• _Action item_: Look below for the line that contains "v -0.9185 -2.2174 1.6", then copy it and each following line exactly, through and including the line that contains "v -3.2 0 -9.6".
[[ Given records, beginning ]]
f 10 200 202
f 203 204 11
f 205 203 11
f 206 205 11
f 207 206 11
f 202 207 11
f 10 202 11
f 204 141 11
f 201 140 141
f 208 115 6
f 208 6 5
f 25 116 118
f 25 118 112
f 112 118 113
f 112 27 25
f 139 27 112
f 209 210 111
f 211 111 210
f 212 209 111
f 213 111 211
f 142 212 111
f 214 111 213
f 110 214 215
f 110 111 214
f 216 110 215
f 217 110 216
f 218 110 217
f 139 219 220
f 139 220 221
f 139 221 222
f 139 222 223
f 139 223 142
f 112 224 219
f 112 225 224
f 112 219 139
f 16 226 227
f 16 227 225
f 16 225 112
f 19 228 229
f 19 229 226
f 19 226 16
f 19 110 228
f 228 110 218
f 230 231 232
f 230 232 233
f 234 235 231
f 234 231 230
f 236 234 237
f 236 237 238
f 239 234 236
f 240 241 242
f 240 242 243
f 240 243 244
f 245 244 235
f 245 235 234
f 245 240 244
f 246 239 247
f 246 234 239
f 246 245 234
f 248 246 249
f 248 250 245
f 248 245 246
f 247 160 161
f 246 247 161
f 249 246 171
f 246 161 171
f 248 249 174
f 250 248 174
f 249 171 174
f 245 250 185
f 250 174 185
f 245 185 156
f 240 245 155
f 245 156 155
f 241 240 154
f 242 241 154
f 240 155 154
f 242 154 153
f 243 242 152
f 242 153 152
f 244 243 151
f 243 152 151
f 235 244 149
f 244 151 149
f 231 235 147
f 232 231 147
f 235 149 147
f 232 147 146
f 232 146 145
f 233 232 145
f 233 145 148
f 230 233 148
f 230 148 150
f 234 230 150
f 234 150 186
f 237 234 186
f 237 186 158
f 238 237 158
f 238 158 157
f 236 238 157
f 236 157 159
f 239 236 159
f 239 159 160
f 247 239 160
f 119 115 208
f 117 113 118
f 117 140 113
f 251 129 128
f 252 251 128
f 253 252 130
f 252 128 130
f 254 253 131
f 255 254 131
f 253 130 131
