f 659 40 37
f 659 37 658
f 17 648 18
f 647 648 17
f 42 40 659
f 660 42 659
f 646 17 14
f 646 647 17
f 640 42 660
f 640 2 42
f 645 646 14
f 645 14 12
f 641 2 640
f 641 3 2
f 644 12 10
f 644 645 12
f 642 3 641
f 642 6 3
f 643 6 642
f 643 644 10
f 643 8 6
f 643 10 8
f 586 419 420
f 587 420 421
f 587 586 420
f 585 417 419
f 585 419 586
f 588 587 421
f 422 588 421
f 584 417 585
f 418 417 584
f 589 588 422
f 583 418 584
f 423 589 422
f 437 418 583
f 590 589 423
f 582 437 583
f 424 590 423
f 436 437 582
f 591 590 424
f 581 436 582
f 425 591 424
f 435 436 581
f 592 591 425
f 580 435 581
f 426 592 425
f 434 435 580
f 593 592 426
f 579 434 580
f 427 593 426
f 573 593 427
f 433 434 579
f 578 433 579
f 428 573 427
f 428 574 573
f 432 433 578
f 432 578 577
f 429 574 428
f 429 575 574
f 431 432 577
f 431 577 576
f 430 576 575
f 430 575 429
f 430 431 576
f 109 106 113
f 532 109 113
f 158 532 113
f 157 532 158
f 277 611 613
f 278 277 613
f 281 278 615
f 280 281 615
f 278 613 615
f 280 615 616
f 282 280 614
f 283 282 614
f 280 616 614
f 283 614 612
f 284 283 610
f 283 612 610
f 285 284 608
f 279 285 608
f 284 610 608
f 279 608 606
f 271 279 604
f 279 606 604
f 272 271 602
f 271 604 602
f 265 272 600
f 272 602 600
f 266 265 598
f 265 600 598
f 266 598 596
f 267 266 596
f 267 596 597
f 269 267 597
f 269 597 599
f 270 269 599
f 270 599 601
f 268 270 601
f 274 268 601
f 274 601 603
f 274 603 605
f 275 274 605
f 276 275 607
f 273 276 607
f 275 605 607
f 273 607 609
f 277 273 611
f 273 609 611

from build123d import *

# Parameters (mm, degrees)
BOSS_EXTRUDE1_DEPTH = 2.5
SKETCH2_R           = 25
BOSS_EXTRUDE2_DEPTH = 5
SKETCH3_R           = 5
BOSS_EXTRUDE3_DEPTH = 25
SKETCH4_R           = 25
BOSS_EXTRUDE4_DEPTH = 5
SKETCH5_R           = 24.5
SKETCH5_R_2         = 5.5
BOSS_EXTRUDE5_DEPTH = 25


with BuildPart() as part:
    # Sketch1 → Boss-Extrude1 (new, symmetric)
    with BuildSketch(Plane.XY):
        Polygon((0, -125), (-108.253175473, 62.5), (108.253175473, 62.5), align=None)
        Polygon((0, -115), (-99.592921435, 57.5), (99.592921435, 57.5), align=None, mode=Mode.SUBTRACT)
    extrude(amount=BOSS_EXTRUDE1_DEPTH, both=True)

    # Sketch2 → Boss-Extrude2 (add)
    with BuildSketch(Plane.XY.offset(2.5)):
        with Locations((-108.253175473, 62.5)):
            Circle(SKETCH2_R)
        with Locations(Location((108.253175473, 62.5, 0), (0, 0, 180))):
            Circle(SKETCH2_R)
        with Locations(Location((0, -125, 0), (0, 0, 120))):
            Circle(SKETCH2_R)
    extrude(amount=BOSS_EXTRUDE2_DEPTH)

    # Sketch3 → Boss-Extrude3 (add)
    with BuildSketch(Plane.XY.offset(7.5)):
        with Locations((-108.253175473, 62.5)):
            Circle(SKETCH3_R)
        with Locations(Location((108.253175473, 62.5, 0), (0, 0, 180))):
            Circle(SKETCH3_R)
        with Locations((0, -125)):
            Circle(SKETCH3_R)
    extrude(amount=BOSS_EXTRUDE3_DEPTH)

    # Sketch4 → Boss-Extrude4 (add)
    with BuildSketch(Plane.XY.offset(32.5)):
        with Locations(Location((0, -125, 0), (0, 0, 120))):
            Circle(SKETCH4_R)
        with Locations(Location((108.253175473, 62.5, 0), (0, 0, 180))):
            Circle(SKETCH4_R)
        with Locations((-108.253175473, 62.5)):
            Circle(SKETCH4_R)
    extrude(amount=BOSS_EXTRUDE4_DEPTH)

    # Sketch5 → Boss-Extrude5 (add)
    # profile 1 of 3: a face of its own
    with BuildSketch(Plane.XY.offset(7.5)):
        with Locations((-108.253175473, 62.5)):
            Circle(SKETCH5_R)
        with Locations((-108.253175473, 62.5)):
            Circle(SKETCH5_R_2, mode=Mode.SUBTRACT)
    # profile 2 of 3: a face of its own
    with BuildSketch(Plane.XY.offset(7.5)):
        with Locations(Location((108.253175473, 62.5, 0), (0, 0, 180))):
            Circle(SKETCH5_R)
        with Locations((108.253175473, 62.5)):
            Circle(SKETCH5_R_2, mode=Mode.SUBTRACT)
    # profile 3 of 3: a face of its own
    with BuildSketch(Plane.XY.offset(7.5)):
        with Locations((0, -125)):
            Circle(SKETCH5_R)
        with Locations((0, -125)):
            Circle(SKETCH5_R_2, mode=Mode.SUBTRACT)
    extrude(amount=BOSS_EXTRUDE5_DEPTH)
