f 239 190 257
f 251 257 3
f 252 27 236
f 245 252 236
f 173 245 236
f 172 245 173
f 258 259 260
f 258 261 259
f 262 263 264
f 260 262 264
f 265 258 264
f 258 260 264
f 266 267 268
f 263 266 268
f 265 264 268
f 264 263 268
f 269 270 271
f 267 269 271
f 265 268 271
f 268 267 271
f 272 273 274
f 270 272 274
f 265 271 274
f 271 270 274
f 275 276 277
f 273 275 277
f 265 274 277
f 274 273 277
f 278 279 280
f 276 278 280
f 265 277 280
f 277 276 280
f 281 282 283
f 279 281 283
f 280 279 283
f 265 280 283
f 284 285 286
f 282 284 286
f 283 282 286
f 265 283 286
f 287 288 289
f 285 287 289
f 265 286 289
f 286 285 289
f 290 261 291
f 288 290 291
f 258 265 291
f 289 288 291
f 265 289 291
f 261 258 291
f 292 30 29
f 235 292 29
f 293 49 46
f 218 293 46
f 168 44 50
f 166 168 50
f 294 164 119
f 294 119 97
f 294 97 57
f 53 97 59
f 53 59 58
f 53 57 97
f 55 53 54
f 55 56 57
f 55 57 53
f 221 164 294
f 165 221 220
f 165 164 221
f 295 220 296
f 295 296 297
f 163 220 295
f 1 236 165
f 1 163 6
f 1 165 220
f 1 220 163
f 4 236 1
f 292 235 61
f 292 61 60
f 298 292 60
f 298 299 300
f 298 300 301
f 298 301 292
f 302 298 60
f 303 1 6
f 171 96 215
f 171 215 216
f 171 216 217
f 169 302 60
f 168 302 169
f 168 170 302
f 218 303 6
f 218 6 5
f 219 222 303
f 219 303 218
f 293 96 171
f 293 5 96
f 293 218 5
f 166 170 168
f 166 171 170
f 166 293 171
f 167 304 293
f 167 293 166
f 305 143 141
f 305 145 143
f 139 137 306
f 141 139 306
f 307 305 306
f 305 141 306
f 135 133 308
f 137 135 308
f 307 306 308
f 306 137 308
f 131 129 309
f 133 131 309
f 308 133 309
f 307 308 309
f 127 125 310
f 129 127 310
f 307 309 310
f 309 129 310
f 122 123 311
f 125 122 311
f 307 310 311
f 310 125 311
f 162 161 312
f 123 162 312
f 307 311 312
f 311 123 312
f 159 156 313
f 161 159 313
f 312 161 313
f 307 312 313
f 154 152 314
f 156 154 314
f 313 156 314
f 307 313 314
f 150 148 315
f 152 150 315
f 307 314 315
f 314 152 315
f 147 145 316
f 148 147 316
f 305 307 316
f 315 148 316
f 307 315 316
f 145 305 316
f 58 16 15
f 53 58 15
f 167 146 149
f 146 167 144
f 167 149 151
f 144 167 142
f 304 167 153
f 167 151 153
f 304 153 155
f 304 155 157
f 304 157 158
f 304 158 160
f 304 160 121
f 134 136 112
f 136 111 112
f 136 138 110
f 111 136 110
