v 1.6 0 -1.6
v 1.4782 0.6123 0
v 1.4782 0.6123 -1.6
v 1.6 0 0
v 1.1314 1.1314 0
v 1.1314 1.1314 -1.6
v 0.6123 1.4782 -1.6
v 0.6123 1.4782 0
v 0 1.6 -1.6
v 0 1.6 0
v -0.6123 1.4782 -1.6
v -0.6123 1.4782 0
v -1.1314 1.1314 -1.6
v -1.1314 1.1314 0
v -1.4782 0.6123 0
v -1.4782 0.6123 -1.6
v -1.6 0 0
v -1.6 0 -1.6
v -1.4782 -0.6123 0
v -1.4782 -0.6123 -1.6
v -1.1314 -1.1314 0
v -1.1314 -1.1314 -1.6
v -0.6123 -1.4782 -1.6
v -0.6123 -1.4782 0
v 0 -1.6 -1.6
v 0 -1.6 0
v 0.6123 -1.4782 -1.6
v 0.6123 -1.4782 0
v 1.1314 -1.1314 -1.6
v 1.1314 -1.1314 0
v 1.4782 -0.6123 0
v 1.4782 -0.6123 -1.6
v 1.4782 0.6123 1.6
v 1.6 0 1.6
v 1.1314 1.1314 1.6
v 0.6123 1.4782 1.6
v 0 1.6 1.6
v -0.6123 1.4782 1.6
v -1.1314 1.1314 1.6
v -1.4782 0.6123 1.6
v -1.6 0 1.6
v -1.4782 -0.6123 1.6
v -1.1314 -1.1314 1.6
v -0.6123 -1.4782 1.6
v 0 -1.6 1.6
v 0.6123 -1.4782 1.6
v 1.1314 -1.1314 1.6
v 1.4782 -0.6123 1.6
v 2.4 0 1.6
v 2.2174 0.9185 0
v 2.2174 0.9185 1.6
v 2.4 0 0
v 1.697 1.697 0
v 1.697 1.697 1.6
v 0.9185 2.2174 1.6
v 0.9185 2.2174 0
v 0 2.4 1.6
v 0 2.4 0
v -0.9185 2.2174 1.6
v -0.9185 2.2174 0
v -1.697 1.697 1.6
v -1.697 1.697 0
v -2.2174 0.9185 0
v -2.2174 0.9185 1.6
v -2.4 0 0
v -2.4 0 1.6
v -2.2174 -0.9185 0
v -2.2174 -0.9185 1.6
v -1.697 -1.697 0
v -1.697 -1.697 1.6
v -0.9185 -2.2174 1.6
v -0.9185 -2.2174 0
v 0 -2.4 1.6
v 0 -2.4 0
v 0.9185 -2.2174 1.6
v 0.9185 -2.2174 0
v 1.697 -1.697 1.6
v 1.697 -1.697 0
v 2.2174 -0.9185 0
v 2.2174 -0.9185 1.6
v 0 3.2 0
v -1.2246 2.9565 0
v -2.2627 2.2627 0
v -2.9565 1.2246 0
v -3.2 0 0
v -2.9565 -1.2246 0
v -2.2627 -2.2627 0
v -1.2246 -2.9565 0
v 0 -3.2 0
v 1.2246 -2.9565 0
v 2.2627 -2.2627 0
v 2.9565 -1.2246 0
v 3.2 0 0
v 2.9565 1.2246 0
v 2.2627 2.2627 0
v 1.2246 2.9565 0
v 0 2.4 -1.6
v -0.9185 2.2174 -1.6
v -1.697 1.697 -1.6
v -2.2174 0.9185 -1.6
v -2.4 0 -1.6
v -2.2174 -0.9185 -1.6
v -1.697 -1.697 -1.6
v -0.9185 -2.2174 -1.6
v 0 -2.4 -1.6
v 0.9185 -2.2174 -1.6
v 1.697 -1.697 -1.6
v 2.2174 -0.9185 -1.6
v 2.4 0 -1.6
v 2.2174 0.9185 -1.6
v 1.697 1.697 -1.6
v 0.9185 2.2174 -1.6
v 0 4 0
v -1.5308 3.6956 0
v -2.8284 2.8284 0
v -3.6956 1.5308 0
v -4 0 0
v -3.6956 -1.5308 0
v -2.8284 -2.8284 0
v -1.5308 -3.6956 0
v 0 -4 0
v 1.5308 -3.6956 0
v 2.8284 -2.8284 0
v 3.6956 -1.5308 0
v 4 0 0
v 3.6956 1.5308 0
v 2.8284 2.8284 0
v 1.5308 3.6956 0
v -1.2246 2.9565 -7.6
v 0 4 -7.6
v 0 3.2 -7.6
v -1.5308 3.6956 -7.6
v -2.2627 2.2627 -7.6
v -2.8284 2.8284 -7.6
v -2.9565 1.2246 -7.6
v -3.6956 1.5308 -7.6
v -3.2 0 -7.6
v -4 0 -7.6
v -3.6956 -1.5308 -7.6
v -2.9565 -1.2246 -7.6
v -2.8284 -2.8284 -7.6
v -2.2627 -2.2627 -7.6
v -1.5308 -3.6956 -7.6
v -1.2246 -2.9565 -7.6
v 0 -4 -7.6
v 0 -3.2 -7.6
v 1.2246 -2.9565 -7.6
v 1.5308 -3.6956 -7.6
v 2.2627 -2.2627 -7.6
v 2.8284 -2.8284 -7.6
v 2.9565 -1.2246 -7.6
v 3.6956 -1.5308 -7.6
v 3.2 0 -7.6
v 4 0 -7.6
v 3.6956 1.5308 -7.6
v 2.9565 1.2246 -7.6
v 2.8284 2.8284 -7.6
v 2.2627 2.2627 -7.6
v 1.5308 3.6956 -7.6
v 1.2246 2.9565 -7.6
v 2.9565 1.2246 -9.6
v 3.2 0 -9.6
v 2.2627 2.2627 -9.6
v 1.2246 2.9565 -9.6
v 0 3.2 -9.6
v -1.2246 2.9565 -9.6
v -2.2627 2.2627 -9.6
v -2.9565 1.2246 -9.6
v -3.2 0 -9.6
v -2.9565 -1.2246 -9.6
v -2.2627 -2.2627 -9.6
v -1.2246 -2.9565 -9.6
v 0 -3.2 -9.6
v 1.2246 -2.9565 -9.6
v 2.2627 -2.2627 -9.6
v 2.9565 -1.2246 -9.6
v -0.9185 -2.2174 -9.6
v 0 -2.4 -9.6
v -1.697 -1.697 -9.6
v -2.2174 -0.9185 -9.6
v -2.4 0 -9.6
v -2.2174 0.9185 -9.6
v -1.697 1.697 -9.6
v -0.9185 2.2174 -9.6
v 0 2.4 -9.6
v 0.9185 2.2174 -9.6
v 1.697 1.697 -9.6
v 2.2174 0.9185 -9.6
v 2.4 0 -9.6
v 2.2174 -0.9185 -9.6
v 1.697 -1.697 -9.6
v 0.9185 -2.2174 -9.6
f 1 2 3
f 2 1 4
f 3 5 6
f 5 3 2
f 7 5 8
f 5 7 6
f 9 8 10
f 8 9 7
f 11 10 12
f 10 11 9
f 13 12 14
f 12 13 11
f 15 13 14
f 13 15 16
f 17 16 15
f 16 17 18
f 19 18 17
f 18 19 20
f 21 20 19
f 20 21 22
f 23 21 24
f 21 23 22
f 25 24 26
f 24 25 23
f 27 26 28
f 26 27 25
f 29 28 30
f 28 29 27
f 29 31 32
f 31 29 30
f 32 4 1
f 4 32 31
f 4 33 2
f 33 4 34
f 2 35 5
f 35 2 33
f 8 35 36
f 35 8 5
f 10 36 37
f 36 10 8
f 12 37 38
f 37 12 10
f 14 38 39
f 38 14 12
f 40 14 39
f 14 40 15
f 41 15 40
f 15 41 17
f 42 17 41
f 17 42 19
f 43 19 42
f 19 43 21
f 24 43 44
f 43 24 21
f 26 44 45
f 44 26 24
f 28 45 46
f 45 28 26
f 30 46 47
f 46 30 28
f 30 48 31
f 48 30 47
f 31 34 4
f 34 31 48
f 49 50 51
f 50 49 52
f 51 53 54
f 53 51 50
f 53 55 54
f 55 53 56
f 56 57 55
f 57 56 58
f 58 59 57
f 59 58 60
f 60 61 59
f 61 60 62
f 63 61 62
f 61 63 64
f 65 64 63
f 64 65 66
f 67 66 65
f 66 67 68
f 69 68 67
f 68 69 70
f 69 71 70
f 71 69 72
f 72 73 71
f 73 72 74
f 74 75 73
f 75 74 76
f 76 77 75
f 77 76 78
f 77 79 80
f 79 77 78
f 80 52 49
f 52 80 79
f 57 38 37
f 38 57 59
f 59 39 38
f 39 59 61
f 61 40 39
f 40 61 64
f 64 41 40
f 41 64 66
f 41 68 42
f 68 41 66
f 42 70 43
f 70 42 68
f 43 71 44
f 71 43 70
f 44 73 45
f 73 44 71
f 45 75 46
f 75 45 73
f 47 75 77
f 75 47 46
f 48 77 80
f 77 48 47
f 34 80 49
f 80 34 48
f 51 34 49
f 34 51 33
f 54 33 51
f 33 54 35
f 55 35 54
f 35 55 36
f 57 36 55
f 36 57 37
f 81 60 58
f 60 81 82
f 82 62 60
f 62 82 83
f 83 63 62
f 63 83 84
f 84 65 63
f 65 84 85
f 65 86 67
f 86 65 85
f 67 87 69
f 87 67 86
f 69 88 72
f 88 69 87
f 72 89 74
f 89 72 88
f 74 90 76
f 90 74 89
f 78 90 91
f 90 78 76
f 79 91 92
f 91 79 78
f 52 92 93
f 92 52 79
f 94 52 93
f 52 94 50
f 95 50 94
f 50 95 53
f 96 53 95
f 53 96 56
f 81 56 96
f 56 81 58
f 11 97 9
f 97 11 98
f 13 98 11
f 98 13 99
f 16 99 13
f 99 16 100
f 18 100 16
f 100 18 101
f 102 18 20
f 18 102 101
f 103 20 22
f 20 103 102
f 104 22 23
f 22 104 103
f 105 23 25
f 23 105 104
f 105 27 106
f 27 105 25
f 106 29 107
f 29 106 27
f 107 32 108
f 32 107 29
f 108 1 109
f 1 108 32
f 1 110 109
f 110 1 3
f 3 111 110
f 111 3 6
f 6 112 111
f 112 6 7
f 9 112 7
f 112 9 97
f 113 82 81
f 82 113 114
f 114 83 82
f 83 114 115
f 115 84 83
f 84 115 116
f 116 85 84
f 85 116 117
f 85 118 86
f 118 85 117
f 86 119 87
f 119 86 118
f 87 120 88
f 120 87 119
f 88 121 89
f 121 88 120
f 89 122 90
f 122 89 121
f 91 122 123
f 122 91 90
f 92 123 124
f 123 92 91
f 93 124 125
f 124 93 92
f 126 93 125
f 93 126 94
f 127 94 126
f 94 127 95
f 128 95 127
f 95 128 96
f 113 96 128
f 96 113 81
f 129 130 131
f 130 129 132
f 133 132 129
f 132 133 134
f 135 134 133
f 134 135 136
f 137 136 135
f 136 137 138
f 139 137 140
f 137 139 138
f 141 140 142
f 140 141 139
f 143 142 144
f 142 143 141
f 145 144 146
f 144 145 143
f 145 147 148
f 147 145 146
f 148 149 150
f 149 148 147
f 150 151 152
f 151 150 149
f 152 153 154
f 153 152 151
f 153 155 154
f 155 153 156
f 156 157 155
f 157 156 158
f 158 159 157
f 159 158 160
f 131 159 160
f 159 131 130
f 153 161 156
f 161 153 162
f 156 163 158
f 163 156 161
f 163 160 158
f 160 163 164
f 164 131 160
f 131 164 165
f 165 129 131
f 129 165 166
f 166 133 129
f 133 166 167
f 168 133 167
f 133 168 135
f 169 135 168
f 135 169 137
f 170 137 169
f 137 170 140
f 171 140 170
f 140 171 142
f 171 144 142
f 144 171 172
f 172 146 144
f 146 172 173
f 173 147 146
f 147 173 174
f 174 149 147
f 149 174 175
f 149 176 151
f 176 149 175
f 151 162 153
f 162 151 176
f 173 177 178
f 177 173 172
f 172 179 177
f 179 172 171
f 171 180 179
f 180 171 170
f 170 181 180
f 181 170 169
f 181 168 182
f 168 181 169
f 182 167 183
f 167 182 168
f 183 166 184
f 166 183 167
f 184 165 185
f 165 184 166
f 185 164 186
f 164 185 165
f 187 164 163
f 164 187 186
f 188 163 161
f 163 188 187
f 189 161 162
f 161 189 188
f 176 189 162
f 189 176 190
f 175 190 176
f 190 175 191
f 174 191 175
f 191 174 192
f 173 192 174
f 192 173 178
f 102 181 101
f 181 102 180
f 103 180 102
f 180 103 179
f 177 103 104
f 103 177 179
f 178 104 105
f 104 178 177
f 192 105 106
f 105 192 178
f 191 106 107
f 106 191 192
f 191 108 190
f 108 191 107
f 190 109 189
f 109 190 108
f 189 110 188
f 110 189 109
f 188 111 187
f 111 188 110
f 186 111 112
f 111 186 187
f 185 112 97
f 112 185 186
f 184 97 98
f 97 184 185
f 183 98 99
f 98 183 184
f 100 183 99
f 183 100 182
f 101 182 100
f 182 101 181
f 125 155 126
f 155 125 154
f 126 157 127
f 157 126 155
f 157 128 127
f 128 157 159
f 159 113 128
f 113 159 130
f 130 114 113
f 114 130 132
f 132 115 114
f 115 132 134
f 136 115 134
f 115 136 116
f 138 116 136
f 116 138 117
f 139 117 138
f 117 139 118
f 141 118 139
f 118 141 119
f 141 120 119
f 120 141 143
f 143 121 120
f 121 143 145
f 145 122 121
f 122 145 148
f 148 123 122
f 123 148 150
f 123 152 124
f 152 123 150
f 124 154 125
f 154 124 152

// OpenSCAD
// file: ../p/stud4od.scad
use <../lib.scad>
use <4-4cylo.scad>
use <4-4ring3.scad>
function ldraw_lib__stud4od() = [
// 0 Stud Tube Open without Outer Cylinder and Top Surface
// 0 Name: stud4od.dat
// 0 Author: Philippe Hurbain [Philo]
// 0 !LDRAW_ORG Primitive UPDATE 2013-02
// 0 !LICENSE Licensed under CC BY 2.0 and CC BY 4.0 : see CAreadme.txt
// 
// 0 !HELP This stud is a "antistud" to be used like a underside stud,
// 0 !HELP but without the outer cylinder.
// 0 !HELP 1 47 0 0 0 1 0 0 0 1 0 0 0 1 stud4.dat
// 
// 0 BFC CERTIFY CCW
  [0,"BFC","CERTIFY"],
  [0,"BFC","CCW"],
// 
// 0 !HISTORY 2013-12-23 [PTadmin] Official Update 2013-02
// 
// 
// 1 16 0 -4 0 2 0 0 0 1 0 0 0 2 4-4ring3.dat
  [1,16,0,-4,0,2,0,0,0,1,0,0,0,2, ldraw_lib__4_4ring3()],
// 0 BFC INVERTNEXT
  [0,"BFC","INVERTNEXT"],
// 1 16 0 0 0 -6 0 0 0 -4 0 0 0 6 4-4cylo.dat
  [1,16,0,0,0,-6,0,0,0,-4,0,0,0,6, ldraw_lib__4_4cylo()],
];
makepoly(ldraw_lib__stud4od(), line=0.2);
// file: ../p/stud2a.scad
use <../lib.scad>
use <4-4cyli.scad>
use <4-4edge.scad>
use <4-4ring2.scad>
function ldraw_lib__stud2a() = [
// 0 Stud Open without Base Edges
// 0 Name: stud2a.dat
// 0 Author: James Jessiman
// 0 !LDRAW_ORG Primitive UPDATE 2009-02
// 0 !LICENSE Licensed under CC BY 2.0 and CC BY 4.0 : see CAreadme.txt
// 
// 0 BFC CERTIFY CCW
  [0,"BFC","CERTIFY"],
  [0,"BFC","CCW"],
// 
// 0 !HISTORY 1999-07-05 [PTadmin] Official Update 1999-05
// 0 !HISTORY 2002-04-04 [sbliss] Modified for BFC compliance
// 0 !HISTORY 2002-04-25 [PTadmin] Official Update 2002-02
// 0 !HISTORY 2007-06-24 [PTadmin] Header formatted for Contributor Agreement
// 0 !HISTORY 2008-07-01 [PTadmin] Official Update 2008-01
// 0 !HISTORY 2009-06-21 [cwdee] Update ring references to 4-4ring
// 0 !HISTORY 2009-09-03 [PTadmin] Official Update 2009-02
// 
// 
// 1 16 0 -4 0 4 0 0 0 1 0 0 0 4 4-4edge.dat
  [1,16,0,-4,0,4,0,0,0,1,0,0,0,4, ldraw_lib__4_4edge()],
// 1 16 0 -4 0 6 0 0 0 1 0 0 0 6 4-4edge.dat
  [1,16,0,-4,0,6,0,0,0,1,0,0,0,6, ldraw_lib__4_4edge()],
// 0 BFC INVERTNEXT
  [0,"BFC","INVERTNEXT"],
// 1 16 0 -4 0 4 0 0 0 4 0 0 0 4 4-4cyli.dat
  [1,16,0,-4,0,4,0,0,0,4,0,0,0,4, ldraw_lib__4_4cyli()],
// 1 16 0 -4 0 6 0 0 0 4 0 0 0 6 4-4cyli.dat
  [1,16,0,-4,0,6,0,0,0,4,0,0,0,6, ldraw_lib__4_4cyli()],
// 1 16 0 -4 0 2 0 0 0 1 0 0 0 2 4-4ring2.dat
  [1,16,0,-4,0,2,0,0,0,1,0,0,0,2, ldraw_lib__4_4ring2()],
// 0
];
makepoly(ldraw_lib__stud2a(), line=0.2);
// file: ../p/4-4ring4.scad
use <../lib.scad>
function ldraw_lib__4_4ring4() = [
// 0 Ring  4 x 1.0
// 0 Name: 4-4ring4.dat
// 0 Author: James Jessiman
// 0 !LDRAW_ORG Primitive UPDATE 2009-01
// 0 !LICENSE Licensed under CC BY 2.0 and CC BY 4.0 : see CAreadme.txt
// 
// 0 BFC CERTIFY CCW
  [0,"BFC","CERTIFY"],
  [0,"BFC","CCW"],
// 
// 0 !HISTORY 1998-12-15 [PTadmin] Official Update 1998-10
// 0 !HISTORY 2002-04-08 [BrickCaster] Modified for BFC compliance
// 0 !HISTORY 2002-04-25 [PTadmin] Official Update 2002-02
[[ Given records, end ]]
• _Finished task_:
v -0.9185 -2.2174 1.6
v -0.9185 -2.2174 0
v 0 -2.4 1.6
v 0 -2.4 0
v 0.9185 -2.2174 1.6
v 0.9185 -2.2174 0
v 1.697 -1.697 1.6
v 1.697 -1.697 0
v 2.2174 -0.9185 0
v 2.2174 -0.9185 1.6
v 0 3.2 0
v -1.2246 2.9565 0
v -2.2627 2.2627 0
v -2.9565 1.2246 0
v -3.2 0 0
v -2.9565 -1.2246 0
v -2.2627 -2.2627 0
v -1.2246 -2.9565 0
v 0 -3.2 0
v 1.2246 -2.9565 0
v 2.2627 -2.2627 0
v 2.9565 -1.2246 0
v 3.2 0 0
v 2.9565 1.2246 0
v 2.2627 2.2627 0
v 1.2246 2.9565 0
v 0 2.4 -1.6
v -0.9185 2.2174 -1.6
v -1.697 1.697 -1.6
v -2.2174 0.9185 -1.6
v -2.4 0 -1.6
v -2.2174 -0.9185 -1.6
v -1.697 -1.697 -1.6
v -0.9185 -2.2174 -1.6
v 0 -2.4 -1.6
v 0.9185 -2.2174 -1.6
v 1.697 -1.697 -1.6
v 2.2174 -0.9185 -1.6
v 2.4 0 -1.6
v 2.2174 0.9185 -1.6
v 1.697 1.697 -1.6
v 0.9185 2.2174 -1.6
v 0 4 0
v -1.5308 3.6956 0
v -2.8284 2.8284 0
v -3.6956 1.5308 0
v -4 0 0
v -3.6956 -1.5308 0
v -2.8284 -2.8284 0
v -1.5308 -3.6956 0
v 0 -4 0
v 1.5308 -3.6956 0
v 2.8284 -2.8284 0
v 3.6956 -1.5308 0
v 4 0 0
v 3.6956 1.5308 0
v 2.8284 2.8284 0
v 1.5308 3.6956 0
v -1.2246 2.9565 -7.6
v 0 4 -7.6
v 0 3.2 -7.6
v -1.5308 3.6956 -7.6
v -2.2627 2.2627 -7.6
v -2.8284 2.8284 -7.6
v -2.9565 1.2246 -7.6
v -3.6956 1.5308 -7.6
v -3.2 0 -7.6
v -4 0 -7.6
v -3.6956 -1.5308 -7.6
v -2.9565 -1.2246 -7.6
v -2.8284 -2.8284 -7.6
v -2.2627 -2.2627 -7.6
v -1.5308 -3.6956 -7.6
v -1.2246 -2.9565 -7.6
v 0 -4 -7.6
v 0 -3.2 -7.6
v 1.2246 -2.9565 -7.6
v 1.5308 -3.6956 -7.6
v 2.2627 -2.2627 -7.6
v 2.8284 -2.8284 -7.6
v 2.9565 -1.2246 -7.6
v 3.6956 -1.5308 -7.6
v 3.2 0 -7.6
v 4 0 -7.6
v 3.6956 1.5308 -7.6
v 2.9565 1.2246 -7.6
v 2.8284 2.8284 -7.6
v 2.2627 2.2627 -7.6
v 1.5308 3.6956 -7.6
v 1.2246 2.9565 -7.6
v 2.9565 1.2246 -9.6
v 3.2 0 -9.6
v 2.2627 2.2627 -9.6
v 1.2246 2.9565 -9.6
v 0 3.2 -9.6
v -1.2246 2.9565 -9.6
v -2.2627 2.2627 -9.6
v -2.9565 1.2246 -9.6
v -3.2 0 -9.6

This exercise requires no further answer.